Al punto comprendimos que se nos quería separar de nuestro idolatrado General, dejándonos a todos en Francia, mientras él se le llevaba solo, enteramente solo, al castillo de Figueras. Esto causó desolación en la comitiva. Algunos, cerrando los puños y vociferando como insensatos, dijeron que antes se dejarían hacer pedazos que abandonar a su General; otros, creyendo mal camino para convencer a nuestros conductores el de la amenaza y la cólera, suplicamos al jefe de los gendarmes que nos dejase seguir. Suplicamos todos en diverso estilo que nos dejasen asistir y consolar a nuestro querido Gobernador; pero todo fue inútil. Como complemento de los mil martirios que con refinado ingenio habían aplicado al héroe, quisieron someter su grande alma a la última prueba. Ni su enfermedad penosísima, ni sus años, ni la presunción de su muerte, que se creía próxima y segura, les movieron a lástima; tanta era la rabia contra aquél que había detenido durante siete meses frente a una ciudad indefensa a más de cuarenta mil hombres, mandados por los primeros generales de la época; que no había sentido ni asomos de abatimiento ante una expugnación horrorosa en que jugaron once mil novecientas bombas, siete mil ochocientas granadas, ochenta mil balas, y asaltos de cuyo empuje se puede juzgar, considerando que los franceses perdieron en ellos veinte mil hombres.

La separación era, por el implacable rigor francés, absolutamente inevitable. Despidiéndonos con ánimo sereno, el General nos dijo que renunciásemos a una inútil resistencia, conformándonos con nuestra suerte; añadió que él confiaba en el próximo triunfo de la causa nacional, y que, aun sintiéndose próximo a morir, su alma se regocijaba con aquella idea. Recomendónos la prudencia, la conformidad, la resignación, y él mismo dio a sus conductores la orden de partir, para poner pronto fin a una escena que desgarraba su corazón lo mismo que el nuestro. El cupé partió a escape, y nos quedamos en Francia, sujetados por los gendarmes, que nos ponían sus fusiles en el pecho para impedir las demostraciones de nuestra ira. Seguimos desesperados y con los ojos llenos de lágrimas el coche que se perdía poco a poco entre la bruma, y cuando dejamos de verle, uno de los ayudantes, bramando de ira, exclamó:

—Se lo llevaron esos perros; se lo llevan para matarle sin que nadie lo vea.

¿Sucedió lo que temíamos? ¿Murió el general Alvarez en el castillo de Figueras? ¿Quién cortó aquella vida? ¿Dios o Francia? ¿La Historia no ha puesto en claro esta enorme y pavorosa cuestión?
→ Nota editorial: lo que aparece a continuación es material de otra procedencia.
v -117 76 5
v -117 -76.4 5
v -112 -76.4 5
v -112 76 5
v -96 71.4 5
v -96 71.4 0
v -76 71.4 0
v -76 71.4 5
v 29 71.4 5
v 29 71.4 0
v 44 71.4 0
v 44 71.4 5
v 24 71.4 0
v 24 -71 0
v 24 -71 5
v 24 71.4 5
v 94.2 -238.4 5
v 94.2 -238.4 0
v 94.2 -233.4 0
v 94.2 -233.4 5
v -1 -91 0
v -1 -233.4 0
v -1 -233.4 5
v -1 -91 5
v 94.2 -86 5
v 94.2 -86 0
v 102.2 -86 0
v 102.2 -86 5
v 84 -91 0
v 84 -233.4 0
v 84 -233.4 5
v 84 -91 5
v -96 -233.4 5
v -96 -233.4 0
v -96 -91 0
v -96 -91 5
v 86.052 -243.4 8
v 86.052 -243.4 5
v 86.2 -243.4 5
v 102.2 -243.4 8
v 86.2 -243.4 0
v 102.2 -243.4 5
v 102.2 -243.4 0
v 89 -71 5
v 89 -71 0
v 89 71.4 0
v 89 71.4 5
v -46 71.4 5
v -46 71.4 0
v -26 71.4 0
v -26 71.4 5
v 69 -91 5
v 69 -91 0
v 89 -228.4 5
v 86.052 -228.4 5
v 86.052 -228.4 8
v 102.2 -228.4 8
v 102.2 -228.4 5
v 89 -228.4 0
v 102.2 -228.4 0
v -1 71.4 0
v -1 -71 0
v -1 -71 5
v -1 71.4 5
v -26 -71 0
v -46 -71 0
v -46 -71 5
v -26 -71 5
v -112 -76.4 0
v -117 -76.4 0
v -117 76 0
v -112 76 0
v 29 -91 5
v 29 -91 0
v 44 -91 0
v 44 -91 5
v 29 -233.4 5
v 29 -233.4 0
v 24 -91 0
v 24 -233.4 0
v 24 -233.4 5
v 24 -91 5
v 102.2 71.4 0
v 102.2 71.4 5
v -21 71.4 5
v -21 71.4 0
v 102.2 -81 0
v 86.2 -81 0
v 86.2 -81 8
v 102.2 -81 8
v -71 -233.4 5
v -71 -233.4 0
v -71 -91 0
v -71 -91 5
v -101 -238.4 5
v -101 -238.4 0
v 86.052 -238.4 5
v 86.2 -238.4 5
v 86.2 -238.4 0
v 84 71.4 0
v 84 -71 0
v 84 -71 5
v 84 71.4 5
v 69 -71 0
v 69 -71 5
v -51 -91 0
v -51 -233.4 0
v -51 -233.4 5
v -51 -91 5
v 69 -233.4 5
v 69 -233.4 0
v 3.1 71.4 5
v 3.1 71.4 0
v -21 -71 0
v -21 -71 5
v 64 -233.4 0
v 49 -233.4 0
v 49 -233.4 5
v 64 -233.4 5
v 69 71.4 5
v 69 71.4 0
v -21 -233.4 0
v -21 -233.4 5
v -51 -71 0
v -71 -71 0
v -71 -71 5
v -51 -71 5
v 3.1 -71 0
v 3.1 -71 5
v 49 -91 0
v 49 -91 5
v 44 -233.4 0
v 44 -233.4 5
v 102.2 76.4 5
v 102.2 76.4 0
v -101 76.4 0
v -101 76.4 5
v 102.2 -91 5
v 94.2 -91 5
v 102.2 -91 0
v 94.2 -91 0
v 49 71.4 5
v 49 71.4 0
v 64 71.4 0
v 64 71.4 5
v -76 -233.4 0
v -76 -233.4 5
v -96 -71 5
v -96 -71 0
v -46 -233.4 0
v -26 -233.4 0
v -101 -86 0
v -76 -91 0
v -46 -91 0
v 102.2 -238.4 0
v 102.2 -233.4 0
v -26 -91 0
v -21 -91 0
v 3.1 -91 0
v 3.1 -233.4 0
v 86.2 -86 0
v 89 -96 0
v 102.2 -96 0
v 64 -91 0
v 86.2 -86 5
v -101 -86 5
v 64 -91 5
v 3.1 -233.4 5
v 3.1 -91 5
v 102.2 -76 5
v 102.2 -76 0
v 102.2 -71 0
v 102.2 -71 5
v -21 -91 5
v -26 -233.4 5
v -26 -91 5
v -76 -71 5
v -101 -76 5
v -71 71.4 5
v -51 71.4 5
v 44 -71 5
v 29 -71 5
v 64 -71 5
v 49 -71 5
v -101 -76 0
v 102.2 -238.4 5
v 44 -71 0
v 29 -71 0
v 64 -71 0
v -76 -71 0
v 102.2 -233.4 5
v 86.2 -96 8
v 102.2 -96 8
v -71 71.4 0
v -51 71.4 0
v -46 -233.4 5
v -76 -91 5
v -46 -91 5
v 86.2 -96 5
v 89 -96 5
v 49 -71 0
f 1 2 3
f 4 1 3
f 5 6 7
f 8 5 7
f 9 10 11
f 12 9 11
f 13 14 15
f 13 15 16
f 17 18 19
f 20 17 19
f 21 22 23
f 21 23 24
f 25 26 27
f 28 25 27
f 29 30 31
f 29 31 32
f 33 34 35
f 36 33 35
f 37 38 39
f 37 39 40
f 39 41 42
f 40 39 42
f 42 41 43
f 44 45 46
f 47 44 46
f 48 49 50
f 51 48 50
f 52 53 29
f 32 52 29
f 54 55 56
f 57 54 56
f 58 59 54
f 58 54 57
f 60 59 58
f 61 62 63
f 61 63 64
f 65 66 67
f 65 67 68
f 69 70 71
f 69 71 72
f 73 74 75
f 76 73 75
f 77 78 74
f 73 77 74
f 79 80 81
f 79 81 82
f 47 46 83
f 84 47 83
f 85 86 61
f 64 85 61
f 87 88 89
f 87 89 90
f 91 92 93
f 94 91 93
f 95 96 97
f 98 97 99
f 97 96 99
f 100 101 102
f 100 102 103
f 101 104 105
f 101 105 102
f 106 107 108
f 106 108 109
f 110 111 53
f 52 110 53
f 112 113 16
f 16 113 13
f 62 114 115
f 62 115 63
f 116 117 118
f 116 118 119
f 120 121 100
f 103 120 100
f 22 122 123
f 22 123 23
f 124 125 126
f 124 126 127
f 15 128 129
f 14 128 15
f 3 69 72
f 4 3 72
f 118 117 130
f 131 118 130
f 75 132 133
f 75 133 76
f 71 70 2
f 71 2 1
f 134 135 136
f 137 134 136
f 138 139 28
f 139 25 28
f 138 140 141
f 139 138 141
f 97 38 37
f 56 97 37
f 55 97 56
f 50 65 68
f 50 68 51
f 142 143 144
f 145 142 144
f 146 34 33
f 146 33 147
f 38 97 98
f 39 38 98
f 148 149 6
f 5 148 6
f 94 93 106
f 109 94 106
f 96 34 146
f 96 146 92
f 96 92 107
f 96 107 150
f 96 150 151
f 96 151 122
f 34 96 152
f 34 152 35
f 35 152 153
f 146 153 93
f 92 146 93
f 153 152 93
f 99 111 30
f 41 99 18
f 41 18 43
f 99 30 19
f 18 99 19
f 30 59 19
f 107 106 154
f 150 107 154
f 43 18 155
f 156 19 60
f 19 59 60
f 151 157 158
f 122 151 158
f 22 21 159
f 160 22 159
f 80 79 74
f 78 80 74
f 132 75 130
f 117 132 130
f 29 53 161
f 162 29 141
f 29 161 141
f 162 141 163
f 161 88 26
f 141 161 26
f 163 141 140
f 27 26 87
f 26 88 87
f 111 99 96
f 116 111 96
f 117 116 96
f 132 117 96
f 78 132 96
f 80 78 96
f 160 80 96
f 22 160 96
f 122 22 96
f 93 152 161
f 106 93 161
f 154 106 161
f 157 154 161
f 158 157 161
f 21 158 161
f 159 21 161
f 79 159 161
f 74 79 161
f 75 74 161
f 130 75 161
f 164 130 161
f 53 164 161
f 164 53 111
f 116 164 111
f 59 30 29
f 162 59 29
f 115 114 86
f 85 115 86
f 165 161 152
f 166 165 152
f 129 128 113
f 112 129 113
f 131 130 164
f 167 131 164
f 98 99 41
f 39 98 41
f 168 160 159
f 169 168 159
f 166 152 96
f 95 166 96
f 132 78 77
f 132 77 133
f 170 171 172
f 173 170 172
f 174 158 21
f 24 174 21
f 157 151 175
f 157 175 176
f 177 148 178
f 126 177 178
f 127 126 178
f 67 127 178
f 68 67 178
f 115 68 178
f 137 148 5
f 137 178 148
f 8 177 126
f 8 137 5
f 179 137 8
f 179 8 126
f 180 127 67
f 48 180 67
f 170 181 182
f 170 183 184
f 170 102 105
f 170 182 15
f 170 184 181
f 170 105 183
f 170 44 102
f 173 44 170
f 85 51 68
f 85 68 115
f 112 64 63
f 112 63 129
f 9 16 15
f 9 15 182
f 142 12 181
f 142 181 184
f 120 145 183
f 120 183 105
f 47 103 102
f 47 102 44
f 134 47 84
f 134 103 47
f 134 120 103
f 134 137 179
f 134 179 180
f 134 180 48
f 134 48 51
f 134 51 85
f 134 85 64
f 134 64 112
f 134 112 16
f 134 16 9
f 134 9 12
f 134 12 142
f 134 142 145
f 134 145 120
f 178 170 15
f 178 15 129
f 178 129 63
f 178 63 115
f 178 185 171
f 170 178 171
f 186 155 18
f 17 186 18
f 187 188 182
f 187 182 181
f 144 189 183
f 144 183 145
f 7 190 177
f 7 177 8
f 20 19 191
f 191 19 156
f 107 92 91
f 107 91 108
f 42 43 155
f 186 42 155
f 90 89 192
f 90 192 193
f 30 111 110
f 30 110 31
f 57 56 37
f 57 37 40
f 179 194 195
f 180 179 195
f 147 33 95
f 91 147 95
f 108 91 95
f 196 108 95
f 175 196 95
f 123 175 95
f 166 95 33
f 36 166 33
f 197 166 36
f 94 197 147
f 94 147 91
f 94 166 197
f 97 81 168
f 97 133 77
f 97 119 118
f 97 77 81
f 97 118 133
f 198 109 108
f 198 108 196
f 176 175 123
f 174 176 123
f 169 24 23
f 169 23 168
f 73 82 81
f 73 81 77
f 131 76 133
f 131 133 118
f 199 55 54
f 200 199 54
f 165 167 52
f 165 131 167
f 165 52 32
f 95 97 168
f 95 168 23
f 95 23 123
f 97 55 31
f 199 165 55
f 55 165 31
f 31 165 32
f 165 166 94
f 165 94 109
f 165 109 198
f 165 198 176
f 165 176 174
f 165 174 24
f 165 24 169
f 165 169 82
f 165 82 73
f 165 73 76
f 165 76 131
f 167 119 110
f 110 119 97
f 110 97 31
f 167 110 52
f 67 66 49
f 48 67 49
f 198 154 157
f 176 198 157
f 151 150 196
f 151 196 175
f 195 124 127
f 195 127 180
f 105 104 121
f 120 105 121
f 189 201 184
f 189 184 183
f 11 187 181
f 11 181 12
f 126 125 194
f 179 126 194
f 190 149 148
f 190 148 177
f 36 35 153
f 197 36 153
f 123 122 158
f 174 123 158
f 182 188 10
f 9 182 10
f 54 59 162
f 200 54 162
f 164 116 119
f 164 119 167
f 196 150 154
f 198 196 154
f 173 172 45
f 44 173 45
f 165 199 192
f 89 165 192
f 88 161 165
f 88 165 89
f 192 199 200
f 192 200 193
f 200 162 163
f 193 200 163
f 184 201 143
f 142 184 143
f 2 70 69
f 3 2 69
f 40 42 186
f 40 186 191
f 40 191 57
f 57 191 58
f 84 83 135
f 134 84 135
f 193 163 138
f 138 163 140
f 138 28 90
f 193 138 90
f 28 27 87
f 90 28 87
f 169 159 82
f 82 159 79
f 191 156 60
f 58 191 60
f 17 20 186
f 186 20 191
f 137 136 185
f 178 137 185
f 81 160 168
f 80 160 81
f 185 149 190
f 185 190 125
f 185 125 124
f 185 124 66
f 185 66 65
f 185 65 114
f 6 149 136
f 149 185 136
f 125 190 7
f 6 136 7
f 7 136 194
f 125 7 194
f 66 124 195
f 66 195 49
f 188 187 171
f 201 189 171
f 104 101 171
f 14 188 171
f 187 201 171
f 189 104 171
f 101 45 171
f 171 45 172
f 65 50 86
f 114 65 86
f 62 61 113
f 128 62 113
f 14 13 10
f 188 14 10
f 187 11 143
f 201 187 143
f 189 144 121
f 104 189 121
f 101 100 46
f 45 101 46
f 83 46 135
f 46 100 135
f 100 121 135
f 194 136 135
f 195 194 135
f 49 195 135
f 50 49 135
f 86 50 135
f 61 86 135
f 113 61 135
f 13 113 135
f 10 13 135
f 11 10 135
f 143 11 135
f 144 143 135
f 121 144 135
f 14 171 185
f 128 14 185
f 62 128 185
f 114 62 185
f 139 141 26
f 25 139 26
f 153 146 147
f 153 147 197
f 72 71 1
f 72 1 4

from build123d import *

# Parameters (mm, degrees)
F0_W     = 20
F0_H     = 142.4
F0_W_2   = 20.9
F0_W_3   = 15
F1_DEPTH = 5
F2_W     = 16
F2_H     = 15
F2_W_2   = 16.148469
F3_DEPTH = 3
F4_W     = 5
F4_H     = 152.4
F5_DEPTH = 5


with BuildPart() as f1:
    # F0 (on Top) → F1 (new body)
    with BuildSketch(Plane.XY):
        Polygon((102.2, 71.4), (102.2, 76.4), (-101, 76.4), (-101, -76), (102.2, -76), (102.2, -71), (89, -71), (89, 71.4), align=None)
        with Locations((-86, 0.2)):
            Rectangle(F0_W, F0_H, mode=Mode.SUBTRACT)
        with Locations((-61, 0.2)):
            Rectangle(F0_W, F0_H, mode=Mode.SUBTRACT)
        with Locations((-36, 0.2)):
            Rectangle(F0_W, F0_H, mode=Mode.SUBTRACT)
        with Locations((-11, 0.2)):
            Rectangle(F0_W, F0_H, mode=Mode.SUBTRACT)
        with Locations((13.55, 0.2)):
            Rectangle(F0_W_2, F0_H, mode=Mode.SUBTRACT)
        with Locations((36.5, 0.2)):
            Rectangle(F0_W_3, F0_H, mode=Mode.SUBTRACT)
        with Locations((56.5, 0.2)):
            Rectangle(F0_W_3, F0_H, mode=Mode.SUBTRACT)
        with Locations((76.5, 0.2)):
            Rectangle(F0_W_3, F0_H, mode=Mode.SUBTRACT)
        Polygon((-101, -238.4), (86.2, -238.4), (86.2, -243.4), (102.2, -243.4), (102.2, -238.4), (94.2, -238.4), (94.2, -233.4), (102.2, -233.4), (102.2, -228.4), (89, -228.4), (89, -96), (102.2, -96), (102.2, -91), (94.2, -91), (94.2, -86), (102.2, -86), (102.2, -81), (86.2, -81), (86.2, -86), (-101, -86), align=None)
        with Locations((-86, -162.2)):
            Rectangle(F0_W, F0_H, mode=Mode.SUBTRACT)
        with Locations((-61, -162.2)):
            Rectangle(F0_W, F0_H, mode=Mode.SUBTRACT)
        with Locations((-36, -162.2)):
            Rectangle(F0_W, F0_H, mode=Mode.SUBTRACT)
        with Locations((-11, -162.2)):
            Rectangle(F0_W, F0_H, mode=Mode.SUBTRACT)
        with Locations((13.55, -162.2)):
            Rectangle(F0_W_2, F0_H, mode=Mode.SUBTRACT)
        with Locations((36.5, -162.2)):
            Rectangle(F0_W_3, F0_H, mode=Mode.SUBTRACT)
        with Locations((56.5, -162.2)):
            Rectangle(F0_W_3, F0_H, mode=Mode.SUBTRACT)
        with Locations((76.5, -162.2)):
            Rectangle(F0_W_3, F0_H, mode=Mode.SUBTRACT)
    extrude(amount=F1_DEPTH)

    # F2 (on face) → F3 (join)
    with BuildSketch(Plane.XY.offset(5)):
        with Locations((94.2, -88.5)):
            Rectangle(F2_W, F2_H)
        with Locations((94.125765, -235.9)):
            Rectangle(F2_W_2, F2_H)
    extrude(amount=F3_DEPTH)


with BuildPart() as f5:
    # F4 (on Top) → F5 (new body)
    with BuildSketch(Plane.XY):
        with Locations((-114.5, -0.2)):
            Rectangle(F4_W, F4_H)
    extrude(amount=F5_DEPTH)


solid = Compound([f1.part, f5.part])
Expiró Alvarez en su cárcel, sin que se diera explicación facultativa de aquel paso de este mundo al otro. El cadáver fue expuesto en unas parihuelas a la vista del pueblo del gran hombre muerto.

La muerte del héroe de Gerona, ya fuese criminal golpe asestado por la venganza, ya fuese consecuencia física de los padecimientos crueles a que le sometieron sus cautivadores, quedó y quedará siempre en la historia como indeleble borrón del Imperio.